***** DATASET RECORDS *****

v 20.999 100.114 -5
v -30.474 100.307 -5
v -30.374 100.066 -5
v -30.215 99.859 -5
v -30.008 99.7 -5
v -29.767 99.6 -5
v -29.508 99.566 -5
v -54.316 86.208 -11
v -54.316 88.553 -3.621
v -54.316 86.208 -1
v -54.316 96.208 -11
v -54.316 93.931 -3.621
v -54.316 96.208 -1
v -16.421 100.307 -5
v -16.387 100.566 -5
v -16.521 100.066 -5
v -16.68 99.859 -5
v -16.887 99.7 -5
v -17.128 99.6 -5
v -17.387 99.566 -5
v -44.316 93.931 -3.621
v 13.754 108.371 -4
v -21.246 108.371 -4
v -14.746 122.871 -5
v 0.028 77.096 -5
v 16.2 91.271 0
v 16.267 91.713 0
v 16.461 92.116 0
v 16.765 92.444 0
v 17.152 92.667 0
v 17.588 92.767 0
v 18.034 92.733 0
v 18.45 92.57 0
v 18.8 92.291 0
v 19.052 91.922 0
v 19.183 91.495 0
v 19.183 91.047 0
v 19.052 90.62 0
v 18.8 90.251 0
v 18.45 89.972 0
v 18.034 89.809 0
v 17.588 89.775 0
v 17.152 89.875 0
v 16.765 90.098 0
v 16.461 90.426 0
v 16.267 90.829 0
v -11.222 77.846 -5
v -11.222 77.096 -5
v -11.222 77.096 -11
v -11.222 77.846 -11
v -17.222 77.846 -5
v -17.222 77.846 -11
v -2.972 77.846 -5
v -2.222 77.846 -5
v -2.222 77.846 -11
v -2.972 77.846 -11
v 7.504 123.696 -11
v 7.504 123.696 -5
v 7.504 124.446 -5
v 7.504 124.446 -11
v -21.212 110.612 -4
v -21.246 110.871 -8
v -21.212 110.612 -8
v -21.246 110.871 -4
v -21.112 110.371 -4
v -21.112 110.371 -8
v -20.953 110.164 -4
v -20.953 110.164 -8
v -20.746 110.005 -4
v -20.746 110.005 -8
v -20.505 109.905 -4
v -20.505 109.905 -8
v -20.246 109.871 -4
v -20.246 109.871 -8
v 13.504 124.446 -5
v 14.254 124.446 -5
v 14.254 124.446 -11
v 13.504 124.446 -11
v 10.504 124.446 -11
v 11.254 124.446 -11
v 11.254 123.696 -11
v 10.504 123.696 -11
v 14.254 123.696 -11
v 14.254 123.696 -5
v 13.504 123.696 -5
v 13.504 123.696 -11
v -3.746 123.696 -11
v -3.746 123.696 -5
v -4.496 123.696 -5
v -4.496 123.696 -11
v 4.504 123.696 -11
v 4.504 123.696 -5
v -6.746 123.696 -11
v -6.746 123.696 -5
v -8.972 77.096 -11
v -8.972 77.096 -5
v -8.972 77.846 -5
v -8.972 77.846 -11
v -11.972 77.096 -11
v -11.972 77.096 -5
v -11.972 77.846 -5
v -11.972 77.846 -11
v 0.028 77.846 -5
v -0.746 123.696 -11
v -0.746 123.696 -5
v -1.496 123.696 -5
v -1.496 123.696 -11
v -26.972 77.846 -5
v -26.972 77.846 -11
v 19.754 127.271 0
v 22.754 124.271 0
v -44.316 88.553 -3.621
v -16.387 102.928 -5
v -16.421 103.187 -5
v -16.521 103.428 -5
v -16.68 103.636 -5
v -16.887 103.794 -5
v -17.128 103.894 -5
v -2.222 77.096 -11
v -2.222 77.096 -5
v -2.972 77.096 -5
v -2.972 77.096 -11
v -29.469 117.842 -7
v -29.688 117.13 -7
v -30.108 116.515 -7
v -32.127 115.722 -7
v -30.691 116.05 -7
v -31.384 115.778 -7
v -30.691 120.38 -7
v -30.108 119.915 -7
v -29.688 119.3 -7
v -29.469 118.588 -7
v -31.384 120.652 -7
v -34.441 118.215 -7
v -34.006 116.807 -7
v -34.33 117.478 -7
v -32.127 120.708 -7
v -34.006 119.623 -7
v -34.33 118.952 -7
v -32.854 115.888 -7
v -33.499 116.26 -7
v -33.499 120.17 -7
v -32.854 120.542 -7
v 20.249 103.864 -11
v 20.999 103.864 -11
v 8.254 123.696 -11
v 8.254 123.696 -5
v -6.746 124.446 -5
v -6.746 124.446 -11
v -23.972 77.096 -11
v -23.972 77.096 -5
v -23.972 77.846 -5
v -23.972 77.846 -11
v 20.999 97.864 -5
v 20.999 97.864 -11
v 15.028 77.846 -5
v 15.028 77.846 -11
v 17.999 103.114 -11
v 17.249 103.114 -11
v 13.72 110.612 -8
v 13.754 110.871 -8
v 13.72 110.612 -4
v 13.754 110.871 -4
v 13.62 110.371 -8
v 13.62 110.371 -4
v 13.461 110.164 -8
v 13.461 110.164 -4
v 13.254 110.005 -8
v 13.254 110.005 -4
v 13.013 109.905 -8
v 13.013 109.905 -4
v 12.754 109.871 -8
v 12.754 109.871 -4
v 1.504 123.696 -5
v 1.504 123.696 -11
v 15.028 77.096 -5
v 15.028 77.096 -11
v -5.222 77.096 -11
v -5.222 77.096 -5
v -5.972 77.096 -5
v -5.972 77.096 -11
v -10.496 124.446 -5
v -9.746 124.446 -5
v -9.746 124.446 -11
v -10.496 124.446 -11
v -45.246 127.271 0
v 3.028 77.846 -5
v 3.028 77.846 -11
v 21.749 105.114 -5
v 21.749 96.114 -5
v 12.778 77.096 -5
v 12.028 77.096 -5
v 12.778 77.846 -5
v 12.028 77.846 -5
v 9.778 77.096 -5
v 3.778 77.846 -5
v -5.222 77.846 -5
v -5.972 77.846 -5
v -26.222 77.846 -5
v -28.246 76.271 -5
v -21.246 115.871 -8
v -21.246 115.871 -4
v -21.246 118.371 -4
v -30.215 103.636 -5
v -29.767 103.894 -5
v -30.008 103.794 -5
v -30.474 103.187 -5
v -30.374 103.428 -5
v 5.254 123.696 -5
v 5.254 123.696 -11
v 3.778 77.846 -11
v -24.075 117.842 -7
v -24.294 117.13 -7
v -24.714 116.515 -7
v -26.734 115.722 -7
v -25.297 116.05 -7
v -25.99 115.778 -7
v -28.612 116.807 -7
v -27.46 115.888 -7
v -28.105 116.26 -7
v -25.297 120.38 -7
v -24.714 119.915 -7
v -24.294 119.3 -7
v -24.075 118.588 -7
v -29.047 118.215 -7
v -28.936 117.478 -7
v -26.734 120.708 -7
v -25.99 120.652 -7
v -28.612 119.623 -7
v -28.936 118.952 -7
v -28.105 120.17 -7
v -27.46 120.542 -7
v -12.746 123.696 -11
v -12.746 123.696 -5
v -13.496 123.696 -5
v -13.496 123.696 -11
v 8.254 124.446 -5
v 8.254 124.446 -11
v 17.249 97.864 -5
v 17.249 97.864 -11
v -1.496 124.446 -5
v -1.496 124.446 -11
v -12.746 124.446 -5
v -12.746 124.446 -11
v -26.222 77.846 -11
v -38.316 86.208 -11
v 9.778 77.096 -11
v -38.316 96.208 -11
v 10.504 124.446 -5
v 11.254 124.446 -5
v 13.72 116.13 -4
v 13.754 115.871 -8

*****

WHAT NEEDS TO BE DONE:
Output the listing above without altering a single character.

TASK ANSWER:
v 20.999 100.114 -5
v -30.474 100.307 -5
v -30.374 100.066 -5
v -30.215 99.859 -5
v -30.008 99.7 -5
v -29.767 99.6 -5
v -29.508 99.566 -5
v -54.316 86.208 -11
v -54.316 88.553 -3.621
v -54.316 86.208 -1
v -54.316 96.208 -11
v -54.316 93.931 -3.621
v -54.316 96.208 -1
v -16.421 100.307 -5
v -16.387 100.566 -5
v -16.521 100.066 -5
v -16.68 99.859 -5
v -16.887 99.7 -5
v -17.128 99.6 -5
v -17.387 99.566 -5
v -44.316 93.931 -3.621
v 13.754 108.371 -4
v -21.246 108.371 -4
v -14.746 122.871 -5
v 0.028 77.096 -5
v 16.2 91.271 0
v 16.267 91.713 0
v 16.461 92.116 0
v 16.765 92.444 0
v 17.152 92.667 0
v 17.588 92.767 0
v 18.034 92.733 0
v 18.45 92.57 0
v 18.8 92.291 0
v 19.052 91.922 0
v 19.183 91.495 0
v 19.183 91.047 0
v 19.052 90.62 0
v 18.8 90.251 0
v 18.45 89.972 0
v 18.034 89.809 0
v 17.588 89.775 0
v 17.152 89.875 0
v 16.765 90.098 0
v 16.461 90.426 0
v 16.267 90.829 0
v -11.222 77.846 -5
v -11.222 77.096 -5
v -11.222 77.096 -11
v -11.222 77.846 -11
v -17.222 77.846 -5
v -17.222 77.846 -11
v -2.972 77.846 -5
v -2.222 77.846 -5
v -2.222 77.846 -11
v -2.972 77.846 -11
v 7.504 123.696 -11
v 7.504 123.696 -5
v 7.504 124.446 -5
v 7.504 124.446 -11
v -21.212 110.612 -4
v -21.246 110.871 -8
v -21.212 110.612 -8
v -21.246 110.871 -4
v -21.112 110.371 -4
v -21.112 110.371 -8
v -20.953 110.164 -4
v -20.953 110.164 -8
v -20.746 110.005 -4
v -20.746 110.005 -8
v -20.505 109.905 -4
v -20.505 109.905 -8
v -20.246 109.871 -4
v -20.246 109.871 -8
v 13.504 124.446 -5
v 14.254 124.446 -5
v 14.254 124.446 -11
v 13.504 124.446 -11
v 10.504 124.446 -11
v 11.254 124.446 -11
v 11.254 123.696 -11
v 10.504 123.696 -11
v 14.254 123.696 -11
v 14.254 123.696 -5
v 13.504 123.696 -5
v 13.504 123.696 -11
v -3.746 123.696 -11
v -3.746 123.696 -5
v -4.496 123.696 -5
v -4.496 123.696 -11
v 4.504 123.696 -11
v 4.504 123.696 -5
v -6.746 123.696 -11
v -6.746 123.696 -5
v -8.972 77.096 -11
v -8.972 77.096 -5
v -8.972 77.846 -5
v -8.972 77.846 -11
v -11.972 77.096 -11
v -11.972 77.096 -5
v -11.972 77.846 -5
v -11.972 77.846 -11
v 0.028 77.846 -5
v -0.746 123.696 -11
v -0.746 123.696 -5
v -1.496 123.696 -5
v -1.496 123.696 -11
v -26.972 77.846 -5
v -26.972 77.846 -11
v 19.754 127.271 0
v 22.754 124.271 0
v -44.316 88.553 -3.621
v -16.387 102.928 -5
v -16.421 103.187 -5
v -16.521 103.428 -5
v -16.68 103.636 -5
v -16.887 103.794 -5
v -17.128 103.894 -5
v -2.222 77.096 -11
v -2.222 77.096 -5
v -2.972 77.096 -5
v -2.972 77.096 -11
v -29.469 117.842 -7
v -29.688 117.13 -7
v -30.108 116.515 -7
v -32.127 115.722 -7
v -30.691 116.05 -7
v -31.384 115.778 -7
v -30.691 120.38 -7
v -30.108 119.915 -7
v -29.688 119.3 -7
v -29.469 118.588 -7
v -31.384 120.652 -7
v -34.441 118.215 -7
v -34.006 116.807 -7
v -34.33 117.478 -7
v -32.127 120.708 -7
v -34.006 119.623 -7
v -34.33 118.952 -7
v -32.854 115.888 -7
v -33.499 116.26 -7
v -33.499 120.17 -7
v -32.854 120.542 -7
v 20.249 103.864 -11
v 20.999 103.864 -11
v 8.254 123.696 -11
v 8.254 123.696 -5
v -6.746 124.446 -5
v -6.746 124.446 -11
v -23.972 77.096 -11
v -23.972 77.096 -5
v -23.972 77.846 -5
v -23.972 77.846 -11
v 20.999 97.864 -5
v 20.999 97.864 -11
v 15.028 77.846 -5
v 15.028 77.846 -11
v 17.999 103.114 -11
v 17.249 103.114 -11
v 13.72 110.612 -8
v 13.754 110.871 -8
v 13.72 110.612 -4
v 13.754 110.871 -4
v 13.62 110.371 -8
v 13.62 110.371 -4
v 13.461 110.164 -8
v 13.461 110.164 -4
v 13.254 110.005 -8
v 13.254 110.005 -4
v 13.013 109.905 -8
v 13.013 109.905 -4
v 12.754 109.871 -8
v 12.754 109.871 -4
v 1.504 123.696 -5
v 1.504 123.696 -11
v 15.028 77.096 -5
v 15.028 77.096 -11
v -5.222 77.096 -11
v -5.222 77.096 -5
v -5.972 77.096 -5
v -5.972 77.096 -11
v -10.496 124.446 -5
v -9.746 124.446 -5
v -9.746 124.446 -11
v -10.496 124.446 -11
v -45.246 127.271 0
v 3.028 77.846 -5
v 3.028 77.846 -11
v 21.749 105.114 -5
v 21.749 96.114 -5
v 12.778 77.096 -5
v 12.028 77.096 -5
v 12.778 77.846 -5
v 12.028 77.846 -5
v 9.778 77.096 -5
v 3.778 77.846 -5
v -5.222 77.846 -5
v -5.972 77.846 -5
v -26.222 77.846 -5
v -28.246 76.271 -5
v -21.246 115.871 -8
v -21.246 115.871 -4
v -21.246 118.371 -4
v -30.215 103.636 -5
v -29.767 103.894 -5
v -30.008 103.794 -5
v -30.474 103.187 -5
v -30.374 103.428 -5
v 5.254 123.696 -5
v 5.254 123.696 -11
v 3.778 77.846 -11
v -24.075 117.842 -7
v -24.294 117.13 -7
v -24.714 116.515 -7
v -26.734 115.722 -7
v -25.297 116.05 -7
v -25.99 115.778 -7
v -28.612 116.807 -7
v -27.46 115.888 -7
v -28.105 116.26 -7
v -25.297 120.38 -7
v -24.714 119.915 -7
v -24.294 119.3 -7
v -24.075 118.588 -7
v -29.047 118.215 -7
v -28.936 117.478 -7
v -26.734 120.708 -7
v -25.99 120.652 -7
v -28.612 119.623 -7
v -28.936 118.952 -7
v -28.105 120.17 -7
v -27.46 120.542 -7
v -12.746 123.696 -11
v -12.746 123.696 -5
v -13.496 123.696 -5
v -13.496 123.696 -11
v 8.254 124.446 -5
v 8.254 124.446 -11
v 17.249 97.864 -5
v 17.249 97.864 -11
v -1.496 124.446 -5
v -1.496 124.446 -11
v -12.746 124.446 -5
v -12.746 124.446 -11
v -26.222 77.846 -11
v -38.316 86.208 -11
v 9.778 77.096 -11
v -38.316 96.208 -11
v 10.504 124.446 -5
v 11.254 124.446 -5
v 13.72 116.13 -4
v 13.754 115.871 -8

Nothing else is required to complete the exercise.